■ **PROBLEM TO WORK ON**: Your task is to filter the entries and copy every line containing the string "DIRECTION".

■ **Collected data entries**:
►
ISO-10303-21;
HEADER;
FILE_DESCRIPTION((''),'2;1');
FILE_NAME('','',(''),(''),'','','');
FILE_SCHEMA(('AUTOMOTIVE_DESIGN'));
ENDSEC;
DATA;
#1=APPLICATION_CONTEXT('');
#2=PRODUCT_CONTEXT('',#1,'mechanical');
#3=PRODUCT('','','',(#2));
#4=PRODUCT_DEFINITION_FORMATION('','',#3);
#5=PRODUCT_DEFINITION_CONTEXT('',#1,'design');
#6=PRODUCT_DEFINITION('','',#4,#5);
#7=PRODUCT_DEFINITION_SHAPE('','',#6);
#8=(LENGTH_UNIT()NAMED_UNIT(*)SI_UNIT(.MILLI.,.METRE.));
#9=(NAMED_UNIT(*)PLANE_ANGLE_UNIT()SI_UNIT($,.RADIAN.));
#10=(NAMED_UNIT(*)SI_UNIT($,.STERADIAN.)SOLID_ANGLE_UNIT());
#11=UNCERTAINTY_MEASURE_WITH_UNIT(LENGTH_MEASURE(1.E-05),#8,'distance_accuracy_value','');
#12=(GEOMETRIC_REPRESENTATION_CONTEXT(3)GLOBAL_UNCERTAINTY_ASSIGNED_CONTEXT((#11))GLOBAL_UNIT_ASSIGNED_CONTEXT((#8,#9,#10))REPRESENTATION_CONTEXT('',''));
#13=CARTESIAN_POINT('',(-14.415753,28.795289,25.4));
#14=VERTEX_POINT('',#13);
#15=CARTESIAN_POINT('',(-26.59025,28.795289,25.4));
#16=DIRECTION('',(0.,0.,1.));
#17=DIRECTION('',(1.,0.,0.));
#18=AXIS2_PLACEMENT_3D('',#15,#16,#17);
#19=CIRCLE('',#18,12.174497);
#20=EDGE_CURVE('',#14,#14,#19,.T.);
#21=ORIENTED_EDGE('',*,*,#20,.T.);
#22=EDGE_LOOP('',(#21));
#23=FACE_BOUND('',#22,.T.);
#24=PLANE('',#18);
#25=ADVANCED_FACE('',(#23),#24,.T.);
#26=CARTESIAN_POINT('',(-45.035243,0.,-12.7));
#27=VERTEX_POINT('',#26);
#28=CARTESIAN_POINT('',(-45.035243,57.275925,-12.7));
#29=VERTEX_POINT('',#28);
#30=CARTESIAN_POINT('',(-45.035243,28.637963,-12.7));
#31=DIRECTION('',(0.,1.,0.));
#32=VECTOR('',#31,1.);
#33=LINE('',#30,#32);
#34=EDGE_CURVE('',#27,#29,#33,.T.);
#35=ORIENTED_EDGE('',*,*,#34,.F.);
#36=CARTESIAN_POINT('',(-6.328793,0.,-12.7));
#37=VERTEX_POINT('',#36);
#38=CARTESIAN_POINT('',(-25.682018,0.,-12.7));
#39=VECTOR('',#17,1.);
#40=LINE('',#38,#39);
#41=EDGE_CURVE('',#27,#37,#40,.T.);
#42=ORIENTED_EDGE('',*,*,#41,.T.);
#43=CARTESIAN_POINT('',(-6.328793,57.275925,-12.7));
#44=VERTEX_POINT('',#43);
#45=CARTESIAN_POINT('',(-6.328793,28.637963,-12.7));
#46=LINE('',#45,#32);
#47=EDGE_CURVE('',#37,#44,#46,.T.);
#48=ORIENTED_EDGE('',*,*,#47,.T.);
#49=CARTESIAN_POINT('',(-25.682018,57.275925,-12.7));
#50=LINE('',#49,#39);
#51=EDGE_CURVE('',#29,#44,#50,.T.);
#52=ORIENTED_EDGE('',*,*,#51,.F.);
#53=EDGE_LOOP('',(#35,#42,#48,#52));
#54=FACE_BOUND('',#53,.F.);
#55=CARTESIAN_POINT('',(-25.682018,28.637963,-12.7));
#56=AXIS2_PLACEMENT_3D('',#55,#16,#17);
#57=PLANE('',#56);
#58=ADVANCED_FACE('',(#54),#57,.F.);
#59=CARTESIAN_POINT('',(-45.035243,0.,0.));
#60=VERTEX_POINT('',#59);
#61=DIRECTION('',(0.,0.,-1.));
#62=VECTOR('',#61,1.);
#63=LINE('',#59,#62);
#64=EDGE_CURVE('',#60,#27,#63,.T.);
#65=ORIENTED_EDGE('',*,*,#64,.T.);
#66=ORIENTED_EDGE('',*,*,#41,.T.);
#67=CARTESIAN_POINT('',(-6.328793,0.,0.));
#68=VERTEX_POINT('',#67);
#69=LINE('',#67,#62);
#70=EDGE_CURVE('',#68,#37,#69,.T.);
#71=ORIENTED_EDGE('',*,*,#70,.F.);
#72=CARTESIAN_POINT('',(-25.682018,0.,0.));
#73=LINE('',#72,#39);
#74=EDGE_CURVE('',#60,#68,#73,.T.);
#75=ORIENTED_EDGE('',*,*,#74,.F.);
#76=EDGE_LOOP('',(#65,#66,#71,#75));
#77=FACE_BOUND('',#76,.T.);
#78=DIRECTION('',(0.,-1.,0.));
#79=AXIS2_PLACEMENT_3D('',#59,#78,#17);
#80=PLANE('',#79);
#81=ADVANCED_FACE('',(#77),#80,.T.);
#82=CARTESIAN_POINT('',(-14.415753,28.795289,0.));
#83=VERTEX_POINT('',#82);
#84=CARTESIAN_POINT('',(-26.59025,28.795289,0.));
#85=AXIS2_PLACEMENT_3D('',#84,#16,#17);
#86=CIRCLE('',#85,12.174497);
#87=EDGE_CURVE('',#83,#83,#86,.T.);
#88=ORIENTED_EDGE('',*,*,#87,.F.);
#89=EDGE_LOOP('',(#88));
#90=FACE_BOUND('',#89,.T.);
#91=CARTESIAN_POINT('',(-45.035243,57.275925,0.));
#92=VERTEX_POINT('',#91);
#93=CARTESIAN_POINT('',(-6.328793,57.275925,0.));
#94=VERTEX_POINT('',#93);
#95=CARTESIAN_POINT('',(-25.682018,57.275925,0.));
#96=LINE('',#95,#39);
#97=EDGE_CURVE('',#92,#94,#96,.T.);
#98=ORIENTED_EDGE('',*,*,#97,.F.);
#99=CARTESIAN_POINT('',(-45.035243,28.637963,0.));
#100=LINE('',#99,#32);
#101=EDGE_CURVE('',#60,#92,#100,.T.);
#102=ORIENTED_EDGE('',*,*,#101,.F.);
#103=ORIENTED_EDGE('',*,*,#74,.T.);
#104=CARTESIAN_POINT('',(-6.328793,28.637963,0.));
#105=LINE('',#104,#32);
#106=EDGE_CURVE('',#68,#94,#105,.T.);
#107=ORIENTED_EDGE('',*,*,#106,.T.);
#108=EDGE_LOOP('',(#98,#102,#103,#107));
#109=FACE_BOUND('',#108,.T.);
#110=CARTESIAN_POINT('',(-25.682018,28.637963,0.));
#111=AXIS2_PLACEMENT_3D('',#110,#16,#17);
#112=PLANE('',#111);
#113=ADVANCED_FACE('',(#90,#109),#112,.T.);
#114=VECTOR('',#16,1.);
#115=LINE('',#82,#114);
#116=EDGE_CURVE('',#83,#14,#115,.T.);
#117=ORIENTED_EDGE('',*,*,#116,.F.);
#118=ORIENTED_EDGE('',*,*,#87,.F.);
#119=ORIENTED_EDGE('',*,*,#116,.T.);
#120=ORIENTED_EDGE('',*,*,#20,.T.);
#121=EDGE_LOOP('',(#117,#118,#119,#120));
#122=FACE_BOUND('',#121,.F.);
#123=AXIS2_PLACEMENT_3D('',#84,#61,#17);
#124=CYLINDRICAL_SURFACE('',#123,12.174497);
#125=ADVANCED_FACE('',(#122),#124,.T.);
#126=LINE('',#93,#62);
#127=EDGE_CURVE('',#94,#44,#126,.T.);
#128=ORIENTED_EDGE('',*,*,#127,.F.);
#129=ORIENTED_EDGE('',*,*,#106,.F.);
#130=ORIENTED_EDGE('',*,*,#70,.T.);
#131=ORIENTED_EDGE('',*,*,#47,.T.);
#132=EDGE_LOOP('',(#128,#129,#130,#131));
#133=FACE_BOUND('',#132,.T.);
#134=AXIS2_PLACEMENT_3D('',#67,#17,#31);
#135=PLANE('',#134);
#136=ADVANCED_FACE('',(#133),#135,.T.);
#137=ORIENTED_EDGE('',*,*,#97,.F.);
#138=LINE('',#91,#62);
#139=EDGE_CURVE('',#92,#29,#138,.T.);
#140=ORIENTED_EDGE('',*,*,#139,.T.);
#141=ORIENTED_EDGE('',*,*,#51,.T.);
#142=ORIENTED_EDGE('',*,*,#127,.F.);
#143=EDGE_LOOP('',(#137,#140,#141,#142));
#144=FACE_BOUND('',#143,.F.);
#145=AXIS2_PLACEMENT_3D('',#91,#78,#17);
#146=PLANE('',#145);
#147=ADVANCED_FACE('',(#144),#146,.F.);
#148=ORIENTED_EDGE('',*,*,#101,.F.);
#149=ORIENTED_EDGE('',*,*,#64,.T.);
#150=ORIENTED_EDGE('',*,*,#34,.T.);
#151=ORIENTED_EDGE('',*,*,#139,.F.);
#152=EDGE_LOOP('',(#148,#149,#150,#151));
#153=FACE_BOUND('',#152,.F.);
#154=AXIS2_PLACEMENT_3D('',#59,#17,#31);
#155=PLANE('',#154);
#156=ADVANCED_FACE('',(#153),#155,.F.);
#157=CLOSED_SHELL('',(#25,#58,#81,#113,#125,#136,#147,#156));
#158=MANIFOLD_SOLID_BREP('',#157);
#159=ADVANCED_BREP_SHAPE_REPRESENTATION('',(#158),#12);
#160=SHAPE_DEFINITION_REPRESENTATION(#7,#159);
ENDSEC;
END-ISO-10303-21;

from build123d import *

# Parameters (mm, degrees)
F0_W     = 38.70645
F0_H     = 57.275925
F1_DEPTH = 12.7
F2_R     = 12.174497
F3_DEPTH = 25.4


with BuildPart() as f1:
    # F0 (on Top) → F1 (new body)
    with BuildSketch(Plane.XY):
        with Locations((-25.682018, 28.637963)):
            Rectangle(F0_W, F0_H)
    extrude(amount=-F1_DEPTH)

    # F2 (on face) → F3 (join)
    with BuildSketch(Plane.XY):
        with Locations((-26.59025, 28.795289)):
            Circle(F2_R)
    extrude(amount=F3_DEPTH)


solid = f1.part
◄
■ **TASK SOLUTION**:
#16=DIRECTION('',(0.,0.,1.));
#17=DIRECTION('',(1.,0.,0.));
#31=DIRECTION('',(0.,1.,0.));
#61=DIRECTION('',(0.,0.,-1.));
#78=DIRECTION('',(0.,-1.,0.));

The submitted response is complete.